EXERCISE PROMPT:
Produce an exact copy of the first line of the data below and each line after it, please, up to and including the one with "v -1.753 2.119 -16".

[[ EXTRACTED ENTRIES open ]]

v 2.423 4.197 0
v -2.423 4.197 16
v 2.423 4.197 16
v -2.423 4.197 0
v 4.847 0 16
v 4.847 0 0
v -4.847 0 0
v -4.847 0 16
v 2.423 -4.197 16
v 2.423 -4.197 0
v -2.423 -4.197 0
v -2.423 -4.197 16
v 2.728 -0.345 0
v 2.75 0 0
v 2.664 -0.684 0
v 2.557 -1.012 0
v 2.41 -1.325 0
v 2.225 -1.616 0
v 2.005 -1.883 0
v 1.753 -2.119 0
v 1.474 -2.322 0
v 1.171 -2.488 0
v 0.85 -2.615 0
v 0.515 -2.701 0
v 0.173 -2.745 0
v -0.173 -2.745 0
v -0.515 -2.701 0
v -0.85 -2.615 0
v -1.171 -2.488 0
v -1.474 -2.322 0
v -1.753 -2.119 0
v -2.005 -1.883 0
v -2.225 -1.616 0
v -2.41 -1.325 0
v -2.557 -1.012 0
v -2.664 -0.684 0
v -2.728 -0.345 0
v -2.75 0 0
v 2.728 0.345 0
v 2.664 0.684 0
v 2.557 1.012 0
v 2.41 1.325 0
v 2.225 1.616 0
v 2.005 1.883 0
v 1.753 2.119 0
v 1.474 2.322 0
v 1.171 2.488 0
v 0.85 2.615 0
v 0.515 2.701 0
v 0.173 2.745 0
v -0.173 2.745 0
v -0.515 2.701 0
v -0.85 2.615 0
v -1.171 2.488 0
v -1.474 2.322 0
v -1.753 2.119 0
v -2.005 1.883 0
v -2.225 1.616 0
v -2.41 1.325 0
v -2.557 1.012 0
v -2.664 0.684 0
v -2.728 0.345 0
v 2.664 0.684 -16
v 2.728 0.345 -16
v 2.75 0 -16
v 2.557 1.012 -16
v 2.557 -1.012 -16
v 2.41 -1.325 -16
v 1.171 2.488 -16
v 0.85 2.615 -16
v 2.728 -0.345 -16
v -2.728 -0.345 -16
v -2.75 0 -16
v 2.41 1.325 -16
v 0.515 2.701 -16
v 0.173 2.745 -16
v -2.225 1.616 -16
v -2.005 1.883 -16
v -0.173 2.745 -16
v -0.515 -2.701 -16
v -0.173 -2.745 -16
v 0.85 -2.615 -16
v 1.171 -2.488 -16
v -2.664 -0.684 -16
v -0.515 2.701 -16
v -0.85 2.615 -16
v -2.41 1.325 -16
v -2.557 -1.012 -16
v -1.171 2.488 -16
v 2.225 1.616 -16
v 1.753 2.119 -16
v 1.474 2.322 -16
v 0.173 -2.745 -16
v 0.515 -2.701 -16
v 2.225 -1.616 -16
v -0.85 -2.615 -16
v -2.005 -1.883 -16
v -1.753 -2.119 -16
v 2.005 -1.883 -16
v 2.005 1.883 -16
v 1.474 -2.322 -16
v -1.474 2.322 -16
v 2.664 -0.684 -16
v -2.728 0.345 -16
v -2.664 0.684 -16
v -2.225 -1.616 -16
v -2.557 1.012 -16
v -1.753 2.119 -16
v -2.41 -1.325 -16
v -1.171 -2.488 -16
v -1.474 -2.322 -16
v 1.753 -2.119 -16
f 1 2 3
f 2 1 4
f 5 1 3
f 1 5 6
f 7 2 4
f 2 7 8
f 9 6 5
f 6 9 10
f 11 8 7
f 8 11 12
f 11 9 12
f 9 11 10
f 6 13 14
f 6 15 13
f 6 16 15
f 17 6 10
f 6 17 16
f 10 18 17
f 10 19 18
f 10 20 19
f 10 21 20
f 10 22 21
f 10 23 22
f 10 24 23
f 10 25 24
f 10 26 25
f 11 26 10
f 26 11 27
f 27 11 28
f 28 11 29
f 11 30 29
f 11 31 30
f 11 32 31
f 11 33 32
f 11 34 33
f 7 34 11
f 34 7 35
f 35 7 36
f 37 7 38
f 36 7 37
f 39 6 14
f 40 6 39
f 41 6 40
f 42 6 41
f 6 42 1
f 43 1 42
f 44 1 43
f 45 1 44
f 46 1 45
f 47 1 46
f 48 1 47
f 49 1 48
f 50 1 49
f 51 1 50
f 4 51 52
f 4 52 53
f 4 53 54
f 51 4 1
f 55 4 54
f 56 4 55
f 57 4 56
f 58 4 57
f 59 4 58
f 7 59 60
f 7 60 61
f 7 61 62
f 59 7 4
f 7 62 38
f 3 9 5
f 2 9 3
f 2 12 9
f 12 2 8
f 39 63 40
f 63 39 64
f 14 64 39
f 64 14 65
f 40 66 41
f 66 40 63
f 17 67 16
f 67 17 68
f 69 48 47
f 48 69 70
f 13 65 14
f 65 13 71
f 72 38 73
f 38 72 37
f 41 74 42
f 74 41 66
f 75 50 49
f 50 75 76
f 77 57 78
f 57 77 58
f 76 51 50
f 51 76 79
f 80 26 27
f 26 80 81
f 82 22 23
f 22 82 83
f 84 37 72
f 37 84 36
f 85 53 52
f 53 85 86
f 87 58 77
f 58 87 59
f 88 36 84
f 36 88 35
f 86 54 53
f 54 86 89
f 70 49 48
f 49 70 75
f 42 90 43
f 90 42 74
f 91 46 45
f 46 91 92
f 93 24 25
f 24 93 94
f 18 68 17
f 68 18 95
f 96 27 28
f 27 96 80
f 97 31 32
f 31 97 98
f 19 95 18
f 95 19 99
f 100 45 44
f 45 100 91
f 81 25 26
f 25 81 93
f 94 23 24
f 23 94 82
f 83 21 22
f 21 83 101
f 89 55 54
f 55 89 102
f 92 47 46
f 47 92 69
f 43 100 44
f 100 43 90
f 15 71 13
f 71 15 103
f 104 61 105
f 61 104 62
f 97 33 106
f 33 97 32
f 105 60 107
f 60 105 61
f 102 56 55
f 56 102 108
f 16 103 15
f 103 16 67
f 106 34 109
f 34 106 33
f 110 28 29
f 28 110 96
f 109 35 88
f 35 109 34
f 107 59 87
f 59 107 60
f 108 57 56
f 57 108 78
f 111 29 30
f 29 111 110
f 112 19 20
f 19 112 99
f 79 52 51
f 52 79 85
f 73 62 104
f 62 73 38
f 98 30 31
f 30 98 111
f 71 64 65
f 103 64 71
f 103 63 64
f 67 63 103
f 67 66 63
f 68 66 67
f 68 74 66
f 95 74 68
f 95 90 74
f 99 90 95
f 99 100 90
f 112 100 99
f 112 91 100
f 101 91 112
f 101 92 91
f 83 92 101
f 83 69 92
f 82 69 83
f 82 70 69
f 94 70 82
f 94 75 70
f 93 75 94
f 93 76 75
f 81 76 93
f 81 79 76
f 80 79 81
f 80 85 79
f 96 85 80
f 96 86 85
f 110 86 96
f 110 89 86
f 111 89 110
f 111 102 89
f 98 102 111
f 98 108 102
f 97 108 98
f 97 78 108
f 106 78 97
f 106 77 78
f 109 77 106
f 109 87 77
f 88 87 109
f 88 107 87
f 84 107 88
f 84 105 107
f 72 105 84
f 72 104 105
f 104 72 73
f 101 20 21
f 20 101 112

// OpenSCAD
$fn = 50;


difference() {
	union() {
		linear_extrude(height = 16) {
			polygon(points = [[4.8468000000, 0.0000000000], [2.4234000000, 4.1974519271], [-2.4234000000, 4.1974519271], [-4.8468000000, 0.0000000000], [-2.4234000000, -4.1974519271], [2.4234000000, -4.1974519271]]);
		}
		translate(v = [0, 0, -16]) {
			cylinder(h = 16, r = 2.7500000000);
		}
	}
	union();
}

[[ EXTRACTED ENTRIES closed ]]

WRITTEN SOLUTION:
v 2.423 4.197 0
v -2.423 4.197 16
v 2.423 4.197 16
v -2.423 4.197 0
v 4.847 0 16
v 4.847 0 0
v -4.847 0 0
v -4.847 0 16
v 2.423 -4.197 16
v 2.423 -4.197 0
v -2.423 -4.197 0
v -2.423 -4.197 16
v 2.728 -0.345 0
v 2.75 0 0
v 2.664 -0.684 0
v 2.557 -1.012 0
v 2.41 -1.325 0
v 2.225 -1.616 0
v 2.005 -1.883 0
v 1.753 -2.119 0
v 1.474 -2.322 0
v 1.171 -2.488 0
v 0.85 -2.615 0
v 0.515 -2.701 0
v 0.173 -2.745 0
v -0.173 -2.745 0
v -0.515 -2.701 0
v -0.85 -2.615 0
v -1.171 -2.488 0
v -1.474 -2.322 0
v -1.753 -2.119 0
v -2.005 -1.883 0
v -2.225 -1.616 0
v -2.41 -1.325 0
v -2.557 -1.012 0
v -2.664 -0.684 0
v -2.728 -0.345 0
v -2.75 0 0
v 2.728 0.345 0
v 2.664 0.684 0
v 2.557 1.012 0
v 2.41 1.325 0
v 2.225 1.616 0
v 2.005 1.883 0
v 1.753 2.119 0
v 1.474 2.322 0
v 1.171 2.488 0
v 0.85 2.615 0
v 0.515 2.701 0
v 0.173 2.745 0
v -0.173 2.745 0
v -0.515 2.701 0
v -0.85 2.615 0
v -1.171 2.488 0
v -1.474 2.322 0
v -1.753 2.119 0
v -2.005 1.883 0
v -2.225 1.616 0
v -2.41 1.325 0
v -2.557 1.012 0
v -2.664 0.684 0
v -2.728 0.345 0
v 2.664 0.684 -16
v 2.728 0.345 -16
v 2.75 0 -16
v 2.557 1.012 -16
v 2.557 -1.012 -16
v 2.41 -1.325 -16
v 1.171 2.488 -16
v 0.85 2.615 -16
v 2.728 -0.345 -16
v -2.728 -0.345 -16
v -2.75 0 -16
v 2.41 1.325 -16
v 0.515 2.701 -16
v 0.173 2.745 -16
v -2.225 1.616 -16
v -2.005 1.883 -16
v -0.173 2.745 -16
v -0.515 -2.701 -16
v -0.173 -2.745 -16
v 0.85 -2.615 -16
v 1.171 -2.488 -16
v -2.664 -0.684 -16
v -0.515 2.701 -16
v -0.85 2.615 -16
v -2.41 1.325 -16
v -2.557 -1.012 -16
v -1.171 2.488 -16
v 2.225 1.616 -16
v 1.753 2.119 -16
v 1.474 2.322 -16
v 0.173 -2.745 -16
v 0.515 -2.701 -16
v 2.225 -1.616 -16
v -0.85 -2.615 -16
v -2.005 -1.883 -16
v -1.753 -2.119 -16
v 2.005 -1.883 -16
v 2.005 1.883 -16
v 1.474 -2.322 -16
v -1.474 2.322 -16
v 2.664 -0.684 -16
v -2.728 0.345 -16
v -2.664 0.684 -16
v -2.225 -1.616 -16
v -2.557 1.012 -16
v -1.753 2.119 -16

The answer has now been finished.